In vivo studies were utilised to examine whether KCNQ1 is the channel regulated by KCNE1 under in vivo conditions by examining the effects on electrolyte balance and renal function of KCNQ1 inhibitors chromanol 293B and clofilium in wild-type and KCNE1 knockout mice. Chromanol 293B inhibits the KCNQ1–KCNE1 K+ channel complex (Lerche et al. 2007). Clofilium also inhibits KCNQ1 (Yang et al. 1997), although the KCNQ1–KCNE1 complex is less sensitive to this inhibitor. It also inhibits HERG (Perry et al. 2004) and the two-pore domain K+ channel TASK-2 (Niemeyer et al. 2001), which is known to be involved in volume regulation of mouse proximal tubules (Barriere et al. 2003a).

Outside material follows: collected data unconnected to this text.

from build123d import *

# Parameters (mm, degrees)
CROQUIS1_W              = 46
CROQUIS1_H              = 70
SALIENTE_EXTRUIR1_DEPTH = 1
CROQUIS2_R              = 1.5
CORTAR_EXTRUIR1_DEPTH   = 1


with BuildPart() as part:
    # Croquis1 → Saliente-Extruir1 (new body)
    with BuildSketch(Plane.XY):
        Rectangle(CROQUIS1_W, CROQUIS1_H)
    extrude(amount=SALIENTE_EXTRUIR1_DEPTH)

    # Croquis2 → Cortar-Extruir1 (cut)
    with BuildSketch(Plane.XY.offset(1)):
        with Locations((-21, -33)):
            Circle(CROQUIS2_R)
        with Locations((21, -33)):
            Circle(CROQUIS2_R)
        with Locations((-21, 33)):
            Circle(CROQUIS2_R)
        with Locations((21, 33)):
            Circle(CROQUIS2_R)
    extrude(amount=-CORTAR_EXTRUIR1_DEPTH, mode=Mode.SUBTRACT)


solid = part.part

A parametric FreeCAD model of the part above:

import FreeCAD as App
import Part
import Sketcher

doc = App.newDocument("Part")
body = doc.addObject("PartDesign::Body", "Body")

sketch1 = body.newObject("Sketcher::SketchObject", "Sketch")
sketch1.AttachmentSupport = (doc.getObject("XY_Plane"), [""])
sketch1.MapMode = "FlatFace"
sketch1.addGeometry(Part.LineSegment(App.Vector(-23, 35, 0), App.Vector(-23, -35, 0)), False)
sketch1.addGeometry(Part.LineSegment(App.Vector(-23, -35, 0), App.Vector(23, -35, 0)), False)
sketch1.addGeometry(Part.LineSegment(App.Vector(23, -35, 0), App.Vector(23, 35, 0)), False)
sketch1.addGeometry(Part.LineSegment(App.Vector(23, 35, 0), App.Vector(-23, 35, 0)), False)
sketch1.addConstraint(Sketcher.Constraint("Coincident", 0, 2, 1, 1))
sketch1.addConstraint(Sketcher.Constraint("Coincident", 1, 2, 2, 1))
sketch1.addConstraint(Sketcher.Constraint("Coincident", 2, 2, 3, 1))
sketch1.addConstraint(Sketcher.Constraint("Coincident", 3, 2, 0, 1))
sketch1.addConstraint(Sketcher.Constraint("Vertical", 0))
sketch1.addConstraint(Sketcher.Constraint("Horizontal", 1))
sketch1.addConstraint(Sketcher.Constraint("Vertical", 2))
sketch1.addConstraint(Sketcher.Constraint("Horizontal", 3))
sketch1.addConstraint(Sketcher.Constraint("Symmetric", 0, 2, 2, 2, -1, 1))
sketch1.addConstraint(Sketcher.Constraint("DistanceX", 1, 1, 1, 2, 46.0))
sketch1.addConstraint(Sketcher.Constraint("DistanceY", 0, 2, 0, 1, 70.0))
pad1 = body.newObject("PartDesign::Pad", "Pad")
pad1.Profile = sketch1
pad1.Length = 1

sketch2 = body.newObject("Sketcher::SketchObject", "Sketch001")
sketch2.AttachmentSupport = (doc.getObject("XY_Plane"), [""])
sketch2.MapMode = "FlatFace"
sketch2.AttachmentOffset = App.Placement(App.Vector(0, 0, 1), App.Rotation())
sketch2.addGeometry(Part.Circle(App.Vector(-21, -33, 0), App.Vector(0, 0, 1), 1.5), False)
sketch2.addGeometry(Part.Circle(App.Vector(21, -33, 0), App.Vector(0, 0, 1), 1.5), False)
sketch2.addGeometry(Part.Circle(App.Vector(-21, 33, 0), App.Vector(0, 0, 1), 1.5), False)
sketch2.addGeometry(Part.Circle(App.Vector(21, 33, 0), App.Vector(0, 0, 1), 1.5), False)
sketch2.addConstraint(Sketcher.Constraint("Equal", 0, 1))
sketch2.addConstraint(Sketcher.Constraint("Equal", 1, 2))
sketch2.addConstraint(Sketcher.Constraint("Equal", 2, 3))
sketch2.addConstraint(Sketcher.Constraint("Symmetric", 1, 3, 2, 3, -1, 1))
sketch2.addConstraint(Sketcher.Constraint("Symmetric", 0, 3, 3, 3, -1, 1))
sketch2.addConstraint(Sketcher.Constraint("Symmetric", 0, 3, 1, 3, -2))
sketch2.addConstraint(Sketcher.Constraint("Diameter", 0, 3.0))
sketch2.addConstraint(Sketcher.Constraint("DistanceX", 0, 3, -1, 1, 21.0))
sketch2.addConstraint(Sketcher.Constraint("DistanceY", 0, 3, -1, 1, 33.0))
pocket1 = body.newObject("PartDesign::Pocket", "Pocket")
pocket1.Profile = sketch2
pocket1.Length = 1

doc.recompute()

Effect of chromanol and clofilium

The majority of haemodynamic parameters and plasma concentrations recorded in WT and KO animals in the absence or presence of chromanol or clofilium were not significantly different between each treatment group (online Supplemental Material, Tables S1 and S2). There were significant differences in renal parameters between WT and KO mice. KO mice demonstrated an increased fractional excretion (FE) of Na+ (P < 0.01), Cl (P < 0.04) and water (P < 0.006) (Fig. 1A, B and E) and urine flow rate (P < 0.01) (Fig. 1F). The renal handling of K+ (P = 0.3) and glucose (P = 0.19) was not different in KO animals (Fig. 1C and D). These differences were mimicked by exposing WT mice to chromanol. Like KO animals, chromanol-treated WT mice also had increased urine flow rate (P < 0.001) and FE of Na+ (P < 0.001), Cl (P < 0.002) and water (P < 0.002) (Fig. 1A, B, E and F). However, the addition of chromanol to KO animals was without effect on these parameters (P > 0.5) (Fig. 1A, B, E and F). In contrast, infusion of another K+ channel inhibitor, clofilium, produced a different response. In both WT and KO animals clofilium was associated with an increase in the FE of Na+ (P < 0.01), Cl (P < 0.03) and H2O (P < 0.04) (Fig. 1A, B and E). Unlike chromanol, the pattern of response to clofilium was the same for both WT and KO animals.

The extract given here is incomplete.